(Saved entries)
===============

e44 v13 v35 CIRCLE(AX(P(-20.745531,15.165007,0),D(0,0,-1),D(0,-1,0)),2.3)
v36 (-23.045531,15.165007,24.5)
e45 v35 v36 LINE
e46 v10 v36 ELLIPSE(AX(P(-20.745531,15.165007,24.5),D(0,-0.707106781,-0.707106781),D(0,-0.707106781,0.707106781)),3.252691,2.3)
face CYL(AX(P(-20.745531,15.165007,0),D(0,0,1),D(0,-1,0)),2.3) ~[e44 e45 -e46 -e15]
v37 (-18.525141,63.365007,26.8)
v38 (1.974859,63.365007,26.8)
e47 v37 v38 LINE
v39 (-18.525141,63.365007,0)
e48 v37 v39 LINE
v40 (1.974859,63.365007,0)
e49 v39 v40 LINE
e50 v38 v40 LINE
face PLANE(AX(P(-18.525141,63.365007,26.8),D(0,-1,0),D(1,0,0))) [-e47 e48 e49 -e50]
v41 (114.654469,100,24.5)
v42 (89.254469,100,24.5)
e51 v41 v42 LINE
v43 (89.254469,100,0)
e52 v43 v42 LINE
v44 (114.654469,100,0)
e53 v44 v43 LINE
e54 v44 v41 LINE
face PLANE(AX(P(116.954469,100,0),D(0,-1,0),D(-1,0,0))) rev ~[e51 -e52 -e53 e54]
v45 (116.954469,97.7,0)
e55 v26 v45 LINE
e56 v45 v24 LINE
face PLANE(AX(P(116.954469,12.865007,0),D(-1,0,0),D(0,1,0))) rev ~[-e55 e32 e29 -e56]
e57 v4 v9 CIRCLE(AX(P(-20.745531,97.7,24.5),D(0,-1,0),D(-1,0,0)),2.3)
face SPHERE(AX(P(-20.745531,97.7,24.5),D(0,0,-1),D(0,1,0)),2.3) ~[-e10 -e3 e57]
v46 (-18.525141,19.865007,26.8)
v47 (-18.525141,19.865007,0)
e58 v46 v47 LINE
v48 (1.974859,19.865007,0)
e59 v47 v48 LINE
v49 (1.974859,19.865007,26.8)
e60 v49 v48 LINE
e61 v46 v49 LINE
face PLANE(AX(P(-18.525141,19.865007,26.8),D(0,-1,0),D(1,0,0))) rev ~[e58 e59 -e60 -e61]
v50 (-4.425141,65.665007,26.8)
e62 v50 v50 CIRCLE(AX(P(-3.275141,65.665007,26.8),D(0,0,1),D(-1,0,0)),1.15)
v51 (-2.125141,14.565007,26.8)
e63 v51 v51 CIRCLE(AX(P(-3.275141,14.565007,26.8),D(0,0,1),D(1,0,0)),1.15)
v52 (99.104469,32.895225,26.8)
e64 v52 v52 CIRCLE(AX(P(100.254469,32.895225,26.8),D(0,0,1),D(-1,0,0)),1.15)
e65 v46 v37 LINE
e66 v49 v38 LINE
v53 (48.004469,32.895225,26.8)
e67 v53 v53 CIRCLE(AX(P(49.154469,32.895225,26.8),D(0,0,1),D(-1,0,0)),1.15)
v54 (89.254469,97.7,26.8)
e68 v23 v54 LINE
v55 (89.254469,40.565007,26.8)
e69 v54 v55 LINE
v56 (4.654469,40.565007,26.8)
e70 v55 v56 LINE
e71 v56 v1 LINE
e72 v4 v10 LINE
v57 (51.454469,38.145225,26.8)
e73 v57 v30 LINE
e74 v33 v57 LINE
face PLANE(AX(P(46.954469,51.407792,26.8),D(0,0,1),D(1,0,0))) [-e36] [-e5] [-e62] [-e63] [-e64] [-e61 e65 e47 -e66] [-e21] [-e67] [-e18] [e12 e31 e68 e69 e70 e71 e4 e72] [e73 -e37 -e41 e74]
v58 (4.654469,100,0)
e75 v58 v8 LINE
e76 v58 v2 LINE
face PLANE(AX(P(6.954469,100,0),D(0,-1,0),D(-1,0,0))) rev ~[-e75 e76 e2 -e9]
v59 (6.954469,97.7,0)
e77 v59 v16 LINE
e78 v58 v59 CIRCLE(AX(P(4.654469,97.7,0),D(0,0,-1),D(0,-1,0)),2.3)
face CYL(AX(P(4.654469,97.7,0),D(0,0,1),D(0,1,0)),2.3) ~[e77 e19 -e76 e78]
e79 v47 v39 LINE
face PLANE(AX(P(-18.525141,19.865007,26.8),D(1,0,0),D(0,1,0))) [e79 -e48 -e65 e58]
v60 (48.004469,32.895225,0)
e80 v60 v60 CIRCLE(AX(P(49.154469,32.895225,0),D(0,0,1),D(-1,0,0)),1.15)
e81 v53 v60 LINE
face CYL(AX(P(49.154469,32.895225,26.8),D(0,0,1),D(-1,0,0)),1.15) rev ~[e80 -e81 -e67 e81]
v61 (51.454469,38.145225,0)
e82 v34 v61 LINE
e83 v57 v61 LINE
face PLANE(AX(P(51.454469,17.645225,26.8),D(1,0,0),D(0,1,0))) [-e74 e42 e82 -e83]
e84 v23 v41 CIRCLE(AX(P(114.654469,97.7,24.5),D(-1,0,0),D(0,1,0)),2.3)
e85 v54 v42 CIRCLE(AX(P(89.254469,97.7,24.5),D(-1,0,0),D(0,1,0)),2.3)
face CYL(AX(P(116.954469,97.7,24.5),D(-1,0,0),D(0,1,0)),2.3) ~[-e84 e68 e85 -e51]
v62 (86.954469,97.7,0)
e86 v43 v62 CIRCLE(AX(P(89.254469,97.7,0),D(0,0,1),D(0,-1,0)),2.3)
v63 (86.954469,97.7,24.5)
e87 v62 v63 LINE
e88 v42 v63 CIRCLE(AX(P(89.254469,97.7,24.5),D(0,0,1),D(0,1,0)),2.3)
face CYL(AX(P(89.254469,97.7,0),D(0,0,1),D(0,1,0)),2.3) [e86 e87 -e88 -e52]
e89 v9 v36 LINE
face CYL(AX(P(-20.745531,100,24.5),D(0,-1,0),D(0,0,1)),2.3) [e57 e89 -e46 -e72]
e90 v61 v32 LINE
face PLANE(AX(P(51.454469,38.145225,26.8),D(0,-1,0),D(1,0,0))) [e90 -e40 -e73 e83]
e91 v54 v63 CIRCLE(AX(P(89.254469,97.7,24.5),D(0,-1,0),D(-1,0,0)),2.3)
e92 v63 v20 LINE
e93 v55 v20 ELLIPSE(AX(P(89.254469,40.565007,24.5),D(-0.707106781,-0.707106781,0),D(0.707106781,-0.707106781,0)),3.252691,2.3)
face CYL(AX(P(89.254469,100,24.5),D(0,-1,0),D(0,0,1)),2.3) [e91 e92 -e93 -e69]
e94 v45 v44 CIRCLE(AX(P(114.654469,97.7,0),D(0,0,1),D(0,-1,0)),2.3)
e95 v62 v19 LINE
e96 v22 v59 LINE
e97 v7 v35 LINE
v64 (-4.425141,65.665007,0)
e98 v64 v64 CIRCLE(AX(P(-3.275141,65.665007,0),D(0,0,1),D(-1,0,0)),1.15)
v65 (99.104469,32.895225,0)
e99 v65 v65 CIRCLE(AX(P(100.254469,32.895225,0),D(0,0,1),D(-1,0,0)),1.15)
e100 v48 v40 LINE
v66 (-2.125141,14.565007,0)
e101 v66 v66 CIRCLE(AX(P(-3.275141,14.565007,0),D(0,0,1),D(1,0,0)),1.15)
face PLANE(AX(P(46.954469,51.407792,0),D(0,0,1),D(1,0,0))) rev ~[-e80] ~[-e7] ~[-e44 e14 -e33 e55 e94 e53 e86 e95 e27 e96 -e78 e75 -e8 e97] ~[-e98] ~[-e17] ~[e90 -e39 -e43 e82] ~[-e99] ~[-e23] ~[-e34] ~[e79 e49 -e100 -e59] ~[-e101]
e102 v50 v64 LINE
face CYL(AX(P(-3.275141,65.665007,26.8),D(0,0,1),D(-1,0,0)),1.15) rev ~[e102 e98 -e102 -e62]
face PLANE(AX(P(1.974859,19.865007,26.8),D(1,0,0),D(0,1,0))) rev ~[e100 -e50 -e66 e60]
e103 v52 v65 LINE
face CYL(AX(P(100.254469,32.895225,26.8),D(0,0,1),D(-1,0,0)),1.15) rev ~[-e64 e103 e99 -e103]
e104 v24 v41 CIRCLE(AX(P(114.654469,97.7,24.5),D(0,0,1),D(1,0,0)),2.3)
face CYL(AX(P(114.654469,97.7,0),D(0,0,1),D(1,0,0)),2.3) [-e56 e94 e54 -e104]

===============

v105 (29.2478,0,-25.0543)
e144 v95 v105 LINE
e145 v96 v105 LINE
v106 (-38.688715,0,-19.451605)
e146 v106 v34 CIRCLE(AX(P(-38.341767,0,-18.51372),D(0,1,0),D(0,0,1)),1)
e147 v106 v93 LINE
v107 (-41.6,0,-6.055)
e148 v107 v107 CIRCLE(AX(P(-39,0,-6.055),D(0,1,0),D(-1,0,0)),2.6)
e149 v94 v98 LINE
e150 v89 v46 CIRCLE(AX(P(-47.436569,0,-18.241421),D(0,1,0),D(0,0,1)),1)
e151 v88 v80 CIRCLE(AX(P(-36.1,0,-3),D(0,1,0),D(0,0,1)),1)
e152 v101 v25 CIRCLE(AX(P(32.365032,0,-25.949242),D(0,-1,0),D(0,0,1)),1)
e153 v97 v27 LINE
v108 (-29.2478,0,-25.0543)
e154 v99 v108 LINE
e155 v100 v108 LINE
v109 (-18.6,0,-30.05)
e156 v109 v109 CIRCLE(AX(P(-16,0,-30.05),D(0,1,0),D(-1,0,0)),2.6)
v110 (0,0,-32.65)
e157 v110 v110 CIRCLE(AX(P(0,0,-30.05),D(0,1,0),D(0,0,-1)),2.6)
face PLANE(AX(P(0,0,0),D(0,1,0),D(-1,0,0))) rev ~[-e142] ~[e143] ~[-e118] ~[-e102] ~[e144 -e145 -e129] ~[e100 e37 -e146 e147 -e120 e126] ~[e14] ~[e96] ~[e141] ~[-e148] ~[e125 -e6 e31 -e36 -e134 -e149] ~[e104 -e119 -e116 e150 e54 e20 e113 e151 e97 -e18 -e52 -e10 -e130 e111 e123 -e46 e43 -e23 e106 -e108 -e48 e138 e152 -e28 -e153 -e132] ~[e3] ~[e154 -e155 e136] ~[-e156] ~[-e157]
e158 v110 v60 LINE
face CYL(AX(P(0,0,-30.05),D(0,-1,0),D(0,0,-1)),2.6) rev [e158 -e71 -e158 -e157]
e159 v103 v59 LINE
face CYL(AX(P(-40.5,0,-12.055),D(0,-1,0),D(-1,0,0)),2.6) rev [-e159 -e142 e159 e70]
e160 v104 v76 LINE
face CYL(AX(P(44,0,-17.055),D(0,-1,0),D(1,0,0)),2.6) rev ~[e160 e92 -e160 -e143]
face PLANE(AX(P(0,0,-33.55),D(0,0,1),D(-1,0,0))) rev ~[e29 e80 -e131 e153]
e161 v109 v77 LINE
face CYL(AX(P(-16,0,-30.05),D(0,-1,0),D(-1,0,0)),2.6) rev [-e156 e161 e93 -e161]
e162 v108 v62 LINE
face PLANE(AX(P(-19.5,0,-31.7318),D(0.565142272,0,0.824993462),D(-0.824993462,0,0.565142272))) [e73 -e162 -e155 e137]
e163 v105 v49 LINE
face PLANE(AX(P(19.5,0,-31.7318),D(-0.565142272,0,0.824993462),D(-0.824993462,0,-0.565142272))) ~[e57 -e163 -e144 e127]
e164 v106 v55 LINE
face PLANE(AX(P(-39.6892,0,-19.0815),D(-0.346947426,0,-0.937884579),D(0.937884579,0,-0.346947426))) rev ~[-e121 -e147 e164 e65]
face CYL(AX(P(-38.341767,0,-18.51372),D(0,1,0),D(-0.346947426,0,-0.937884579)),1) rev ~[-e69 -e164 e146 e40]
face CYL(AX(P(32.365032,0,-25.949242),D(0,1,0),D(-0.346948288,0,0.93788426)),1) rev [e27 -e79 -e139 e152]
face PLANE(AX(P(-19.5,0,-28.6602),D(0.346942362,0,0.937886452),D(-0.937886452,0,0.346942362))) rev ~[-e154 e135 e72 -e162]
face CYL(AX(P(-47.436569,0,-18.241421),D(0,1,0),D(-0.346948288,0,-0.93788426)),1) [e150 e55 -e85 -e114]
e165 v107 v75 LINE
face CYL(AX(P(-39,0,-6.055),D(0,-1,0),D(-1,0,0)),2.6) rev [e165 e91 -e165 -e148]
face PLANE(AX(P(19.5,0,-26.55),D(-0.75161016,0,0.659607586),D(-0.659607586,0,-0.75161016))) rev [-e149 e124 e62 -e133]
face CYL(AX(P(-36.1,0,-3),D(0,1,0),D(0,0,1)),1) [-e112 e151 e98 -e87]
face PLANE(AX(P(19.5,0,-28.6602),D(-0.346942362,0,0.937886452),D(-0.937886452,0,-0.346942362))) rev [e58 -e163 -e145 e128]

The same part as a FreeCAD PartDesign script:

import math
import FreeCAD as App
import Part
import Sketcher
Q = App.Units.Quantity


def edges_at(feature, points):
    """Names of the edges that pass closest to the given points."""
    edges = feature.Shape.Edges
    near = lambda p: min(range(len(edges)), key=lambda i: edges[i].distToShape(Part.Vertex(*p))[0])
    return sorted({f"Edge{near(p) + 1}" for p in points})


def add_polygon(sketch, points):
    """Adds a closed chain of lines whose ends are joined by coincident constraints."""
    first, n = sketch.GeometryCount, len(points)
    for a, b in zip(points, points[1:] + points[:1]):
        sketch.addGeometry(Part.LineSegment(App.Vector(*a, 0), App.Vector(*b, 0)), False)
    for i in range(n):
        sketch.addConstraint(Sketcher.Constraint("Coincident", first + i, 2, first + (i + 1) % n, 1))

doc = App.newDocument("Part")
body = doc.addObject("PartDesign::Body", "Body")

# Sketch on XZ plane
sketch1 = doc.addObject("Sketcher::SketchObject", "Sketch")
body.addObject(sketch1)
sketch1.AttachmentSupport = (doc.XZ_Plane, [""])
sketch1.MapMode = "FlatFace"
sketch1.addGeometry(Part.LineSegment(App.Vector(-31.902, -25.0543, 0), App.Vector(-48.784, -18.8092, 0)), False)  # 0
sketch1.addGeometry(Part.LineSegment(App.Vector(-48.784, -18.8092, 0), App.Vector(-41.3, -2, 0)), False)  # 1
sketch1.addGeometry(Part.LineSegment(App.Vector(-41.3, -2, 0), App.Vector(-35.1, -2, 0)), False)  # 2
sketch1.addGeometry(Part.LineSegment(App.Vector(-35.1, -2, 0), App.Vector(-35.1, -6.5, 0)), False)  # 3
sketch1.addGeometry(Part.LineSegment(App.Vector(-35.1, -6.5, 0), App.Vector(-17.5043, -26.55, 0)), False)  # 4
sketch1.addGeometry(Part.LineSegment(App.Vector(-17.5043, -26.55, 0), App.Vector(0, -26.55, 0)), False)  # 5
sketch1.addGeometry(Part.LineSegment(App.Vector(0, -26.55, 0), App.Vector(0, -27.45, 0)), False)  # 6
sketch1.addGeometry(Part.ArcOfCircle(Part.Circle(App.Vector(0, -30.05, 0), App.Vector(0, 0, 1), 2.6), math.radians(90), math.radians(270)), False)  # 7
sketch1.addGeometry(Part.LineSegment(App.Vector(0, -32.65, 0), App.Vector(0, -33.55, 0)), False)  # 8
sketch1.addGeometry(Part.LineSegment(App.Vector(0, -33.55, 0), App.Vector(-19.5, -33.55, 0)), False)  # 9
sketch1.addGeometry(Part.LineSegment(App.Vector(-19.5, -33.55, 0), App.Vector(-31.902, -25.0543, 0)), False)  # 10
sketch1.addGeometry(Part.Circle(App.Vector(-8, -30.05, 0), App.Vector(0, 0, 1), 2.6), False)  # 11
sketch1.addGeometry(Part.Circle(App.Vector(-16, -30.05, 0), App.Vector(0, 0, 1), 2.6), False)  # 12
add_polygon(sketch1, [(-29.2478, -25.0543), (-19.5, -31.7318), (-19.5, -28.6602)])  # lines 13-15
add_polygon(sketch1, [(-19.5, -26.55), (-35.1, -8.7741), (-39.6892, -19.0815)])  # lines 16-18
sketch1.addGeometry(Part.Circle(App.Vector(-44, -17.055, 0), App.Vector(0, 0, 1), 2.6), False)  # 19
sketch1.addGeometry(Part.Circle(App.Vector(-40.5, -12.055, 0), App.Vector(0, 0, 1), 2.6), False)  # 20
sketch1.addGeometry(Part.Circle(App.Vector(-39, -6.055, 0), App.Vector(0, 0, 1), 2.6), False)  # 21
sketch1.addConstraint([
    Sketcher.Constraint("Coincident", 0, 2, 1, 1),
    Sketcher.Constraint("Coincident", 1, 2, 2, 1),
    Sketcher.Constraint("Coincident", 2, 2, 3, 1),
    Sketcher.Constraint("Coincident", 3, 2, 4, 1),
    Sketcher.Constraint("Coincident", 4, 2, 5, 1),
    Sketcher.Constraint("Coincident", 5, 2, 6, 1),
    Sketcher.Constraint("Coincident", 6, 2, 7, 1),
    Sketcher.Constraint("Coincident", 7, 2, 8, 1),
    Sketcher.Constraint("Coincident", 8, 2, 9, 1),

===============

Could you restate, word for word, the lines above from the one with "near = lambda" to the one with "for a, b in", both included?

    near = lambda p: min(range(len(edges)), key=lambda i: edges[i].distToShape(Part.Vertex(*p))[0])
    return sorted({f"Edge{near(p) + 1}" for p in points})


def add_polygon(sketch, points):
    """Adds a closed chain of lines whose ends are joined by coincident constraints."""
    first, n = sketch.GeometryCount, len(points)
    for a, b in zip(points, points[1:] + points[:1]):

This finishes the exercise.